BEGIN GIVEN RECORDS

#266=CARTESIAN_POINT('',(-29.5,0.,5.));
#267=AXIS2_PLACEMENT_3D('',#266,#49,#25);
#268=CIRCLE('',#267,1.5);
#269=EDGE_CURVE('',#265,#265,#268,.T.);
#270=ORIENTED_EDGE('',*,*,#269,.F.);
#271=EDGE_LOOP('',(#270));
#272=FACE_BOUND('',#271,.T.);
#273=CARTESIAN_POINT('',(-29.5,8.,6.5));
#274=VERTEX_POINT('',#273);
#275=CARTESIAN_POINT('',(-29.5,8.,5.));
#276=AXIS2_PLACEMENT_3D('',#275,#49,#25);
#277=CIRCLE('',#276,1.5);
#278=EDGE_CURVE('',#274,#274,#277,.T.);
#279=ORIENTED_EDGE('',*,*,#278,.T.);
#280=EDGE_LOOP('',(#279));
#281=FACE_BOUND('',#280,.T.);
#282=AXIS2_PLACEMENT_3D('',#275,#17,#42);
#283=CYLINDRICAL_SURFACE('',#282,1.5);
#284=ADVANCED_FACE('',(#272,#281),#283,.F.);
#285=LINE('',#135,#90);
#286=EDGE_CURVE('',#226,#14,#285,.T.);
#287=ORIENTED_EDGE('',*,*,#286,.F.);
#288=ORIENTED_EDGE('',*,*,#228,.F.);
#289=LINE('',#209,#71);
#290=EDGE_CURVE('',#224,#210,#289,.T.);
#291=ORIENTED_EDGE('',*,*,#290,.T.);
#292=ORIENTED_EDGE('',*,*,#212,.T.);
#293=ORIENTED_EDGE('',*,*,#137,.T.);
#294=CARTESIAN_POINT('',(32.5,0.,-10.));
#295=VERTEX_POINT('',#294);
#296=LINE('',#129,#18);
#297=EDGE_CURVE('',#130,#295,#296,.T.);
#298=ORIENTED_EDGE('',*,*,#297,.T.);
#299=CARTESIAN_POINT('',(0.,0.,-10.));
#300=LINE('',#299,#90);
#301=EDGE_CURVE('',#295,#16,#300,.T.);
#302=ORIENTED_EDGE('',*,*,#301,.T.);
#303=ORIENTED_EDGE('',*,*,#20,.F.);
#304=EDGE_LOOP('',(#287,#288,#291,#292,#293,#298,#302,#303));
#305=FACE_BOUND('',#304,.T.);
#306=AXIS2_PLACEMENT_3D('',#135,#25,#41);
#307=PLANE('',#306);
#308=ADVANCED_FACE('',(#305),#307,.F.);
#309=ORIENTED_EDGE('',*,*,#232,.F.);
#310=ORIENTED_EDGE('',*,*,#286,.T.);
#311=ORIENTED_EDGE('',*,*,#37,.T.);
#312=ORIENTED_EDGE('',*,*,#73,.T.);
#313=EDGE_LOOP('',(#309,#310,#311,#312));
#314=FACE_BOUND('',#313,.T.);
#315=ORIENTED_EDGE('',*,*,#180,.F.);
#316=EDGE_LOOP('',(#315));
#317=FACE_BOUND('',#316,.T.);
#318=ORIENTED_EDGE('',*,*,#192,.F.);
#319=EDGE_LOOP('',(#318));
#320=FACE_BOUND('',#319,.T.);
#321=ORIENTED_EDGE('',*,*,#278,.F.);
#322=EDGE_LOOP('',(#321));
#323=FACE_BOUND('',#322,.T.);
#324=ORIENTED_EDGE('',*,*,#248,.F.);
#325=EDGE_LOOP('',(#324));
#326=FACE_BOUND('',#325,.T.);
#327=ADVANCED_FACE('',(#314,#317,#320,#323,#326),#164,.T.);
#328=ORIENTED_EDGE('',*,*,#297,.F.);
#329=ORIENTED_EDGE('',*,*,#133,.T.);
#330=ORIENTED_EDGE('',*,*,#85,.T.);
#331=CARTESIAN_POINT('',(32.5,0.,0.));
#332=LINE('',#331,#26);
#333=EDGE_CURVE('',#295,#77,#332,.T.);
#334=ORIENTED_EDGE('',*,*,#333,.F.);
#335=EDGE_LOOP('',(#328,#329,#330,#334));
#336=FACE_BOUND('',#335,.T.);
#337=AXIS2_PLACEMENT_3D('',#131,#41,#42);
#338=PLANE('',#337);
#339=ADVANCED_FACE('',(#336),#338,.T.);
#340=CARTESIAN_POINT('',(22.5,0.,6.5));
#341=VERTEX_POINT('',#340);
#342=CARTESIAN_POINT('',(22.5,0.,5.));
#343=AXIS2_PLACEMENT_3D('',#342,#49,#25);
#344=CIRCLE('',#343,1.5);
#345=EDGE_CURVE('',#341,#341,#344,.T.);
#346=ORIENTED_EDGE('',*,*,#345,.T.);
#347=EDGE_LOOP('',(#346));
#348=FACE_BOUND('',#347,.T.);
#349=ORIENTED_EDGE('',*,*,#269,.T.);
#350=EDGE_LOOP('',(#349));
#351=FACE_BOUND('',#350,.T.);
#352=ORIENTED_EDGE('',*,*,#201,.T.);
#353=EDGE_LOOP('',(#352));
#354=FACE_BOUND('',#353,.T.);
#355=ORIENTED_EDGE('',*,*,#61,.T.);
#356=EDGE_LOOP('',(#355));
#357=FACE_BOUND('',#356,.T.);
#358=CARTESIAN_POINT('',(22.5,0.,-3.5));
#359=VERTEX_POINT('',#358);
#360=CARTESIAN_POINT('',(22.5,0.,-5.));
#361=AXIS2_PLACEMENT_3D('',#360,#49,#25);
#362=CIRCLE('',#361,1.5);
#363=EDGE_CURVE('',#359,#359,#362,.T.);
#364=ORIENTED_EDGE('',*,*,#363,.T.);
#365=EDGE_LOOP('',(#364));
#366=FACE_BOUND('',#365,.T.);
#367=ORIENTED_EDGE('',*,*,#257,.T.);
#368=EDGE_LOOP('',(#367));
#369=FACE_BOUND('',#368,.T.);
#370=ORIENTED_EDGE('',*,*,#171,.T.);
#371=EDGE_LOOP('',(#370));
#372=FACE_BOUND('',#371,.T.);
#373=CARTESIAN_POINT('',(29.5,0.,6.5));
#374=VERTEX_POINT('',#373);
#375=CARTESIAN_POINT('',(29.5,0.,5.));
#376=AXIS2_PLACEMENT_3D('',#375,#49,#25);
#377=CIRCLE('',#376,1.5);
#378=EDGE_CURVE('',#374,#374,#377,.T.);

END GIVEN RECORDS

EXERCISE »
Write out every record, exactly as written.

EXERCISE RESULT »
#266=CARTESIAN_POINT('',(-29.5,0.,5.));
#267=AXIS2_PLACEMENT_3D('',#266,#49,#25);
#268=CIRCLE('',#267,1.5);
#269=EDGE_CURVE('',#265,#265,#268,.T.);
#270=ORIENTED_EDGE('',*,*,#269,.F.);
#271=EDGE_LOOP('',(#270));
#272=FACE_BOUND('',#271,.T.);
#273=CARTESIAN_POINT('',(-29.5,8.,6.5));
#274=VERTEX_POINT('',#273);
#275=CARTESIAN_POINT('',(-29.5,8.,5.));
#276=AXIS2_PLACEMENT_3D('',#275,#49,#25);
#277=CIRCLE('',#276,1.5);
#278=EDGE_CURVE('',#274,#274,#277,.T.);
#279=ORIENTED_EDGE('',*,*,#278,.T.);
#280=EDGE_LOOP('',(#279));
#281=FACE_BOUND('',#280,.T.);
#282=AXIS2_PLACEMENT_3D('',#275,#17,#42);
#283=CYLINDRICAL_SURFACE('',#282,1.5);
#284=ADVANCED_FACE('',(#272,#281),#283,.F.);
#285=LINE('',#135,#90);
#286=EDGE_CURVE('',#226,#14,#285,.T.);
#287=ORIENTED_EDGE('',*,*,#286,.F.);
#288=ORIENTED_EDGE('',*,*,#228,.F.);
#289=LINE('',#209,#71);
#290=EDGE_CURVE('',#224,#210,#289,.T.);
#291=ORIENTED_EDGE('',*,*,#290,.T.);
#292=ORIENTED_EDGE('',*,*,#212,.T.);
#293=ORIENTED_EDGE('',*,*,#137,.T.);
#294=CARTESIAN_POINT('',(32.5,0.,-10.));
#295=VERTEX_POINT('',#294);
#296=LINE('',#129,#18);
#297=EDGE_CURVE('',#130,#295,#296,.T.);
#298=ORIENTED_EDGE('',*,*,#297,.T.);
#299=CARTESIAN_POINT('',(0.,0.,-10.));
#300=LINE('',#299,#90);
#301=EDGE_CURVE('',#295,#16,#300,.T.);
#302=ORIENTED_EDGE('',*,*,#301,.T.);
#303=ORIENTED_EDGE('',*,*,#20,.F.);
#304=EDGE_LOOP('',(#287,#288,#291,#292,#293,#298,#302,#303));
#305=FACE_BOUND('',#304,.T.);
#306=AXIS2_PLACEMENT_3D('',#135,#25,#41);
#307=PLANE('',#306);
#308=ADVANCED_FACE('',(#305),#307,.F.);
#309=ORIENTED_EDGE('',*,*,#232,.F.);
#310=ORIENTED_EDGE('',*,*,#286,.T.);
#311=ORIENTED_EDGE('',*,*,#37,.T.);
#312=ORIENTED_EDGE('',*,*,#73,.T.);
#313=EDGE_LOOP('',(#309,#310,#311,#312));
#314=FACE_BOUND('',#313,.T.);
#315=ORIENTED_EDGE('',*,*,#180,.F.);
#316=EDGE_LOOP('',(#315));
#317=FACE_BOUND('',#316,.T.);
#318=ORIENTED_EDGE('',*,*,#192,.F.);
#319=EDGE_LOOP('',(#318));
#320=FACE_BOUND('',#319,.T.);
#321=ORIENTED_EDGE('',*,*,#278,.F.);
#322=EDGE_LOOP('',(#321));
#323=FACE_BOUND('',#322,.T.);
#324=ORIENTED_EDGE('',*,*,#248,.F.);
#325=EDGE_LOOP('',(#324));
#326=FACE_BOUND('',#325,.T.);
#327=ADVANCED_FACE('',(#314,#317,#320,#323,#326),#164,.T.);
#328=ORIENTED_EDGE('',*,*,#297,.F.);
#329=ORIENTED_EDGE('',*,*,#133,.T.);
#330=ORIENTED_EDGE('',*,*,#85,.T.);
#331=CARTESIAN_POINT('',(32.5,0.,0.));
#332=LINE('',#331,#26);
#333=EDGE_CURVE('',#295,#77,#332,.T.);
#334=ORIENTED_EDGE('',*,*,#333,.F.);
#335=EDGE_LOOP('',(#328,#329,#330,#334));
#336=FACE_BOUND('',#335,.T.);
#337=AXIS2_PLACEMENT_3D('',#131,#41,#42);
#338=PLANE('',#337);
#339=ADVANCED_FACE('',(#336),#338,.T.);
#340=CARTESIAN_POINT('',(22.5,0.,6.5));
#341=VERTEX_POINT('',#340);
#342=CARTESIAN_POINT('',(22.5,0.,5.));
#343=AXIS2_PLACEMENT_3D('',#342,#49,#25);
#344=CIRCLE('',#343,1.5);
#345=EDGE_CURVE('',#341,#341,#344,.T.);
#346=ORIENTED_EDGE('',*,*,#345,.T.);
#347=EDGE_LOOP('',(#346));
#348=FACE_BOUND('',#347,.T.);
#349=ORIENTED_EDGE('',*,*,#269,.T.);
#350=EDGE_LOOP('',(#349));
#351=FACE_BOUND('',#350,.T.);
#352=ORIENTED_EDGE('',*,*,#201,.T.);
#353=EDGE_LOOP('',(#352));
#354=FACE_BOUND('',#353,.T.);
#355=ORIENTED_EDGE('',*,*,#61,.T.);
#356=EDGE_LOOP('',(#355));
#357=FACE_BOUND('',#356,.T.);
#358=CARTESIAN_POINT('',(22.5,0.,-3.5));
#359=VERTEX_POINT('',#358);
#360=CARTESIAN_POINT('',(22.5,0.,-5.));
#361=AXIS2_PLACEMENT_3D('',#360,#49,#25);
#362=CIRCLE('',#361,1.5);
#363=EDGE_CURVE('',#359,#359,#362,.T.);
#364=ORIENTED_EDGE('',*,*,#363,.T.);
#365=EDGE_LOOP('',(#364));
#366=FACE_BOUND('',#365,.T.);
#367=ORIENTED_EDGE('',*,*,#257,.T.);
#368=EDGE_LOOP('',(#367));
#369=FACE_BOUND('',#368,.T.);
#370=ORIENTED_EDGE('',*,*,#171,.T.);
#371=EDGE_LOOP('',(#370));
#372=FACE_BOUND('',#371,.T.);
#373=CARTESIAN_POINT('',(29.5,0.,6.5));
#374=VERTEX_POINT('',#373);
#375=CARTESIAN_POINT('',(29.5,0.,5.));
#376=AXIS2_PLACEMENT_3D('',#375,#49,#25);
#377=CIRCLE('',#376,1.5);
#378=EDGE_CURVE('',#374,#374,#377,.T.);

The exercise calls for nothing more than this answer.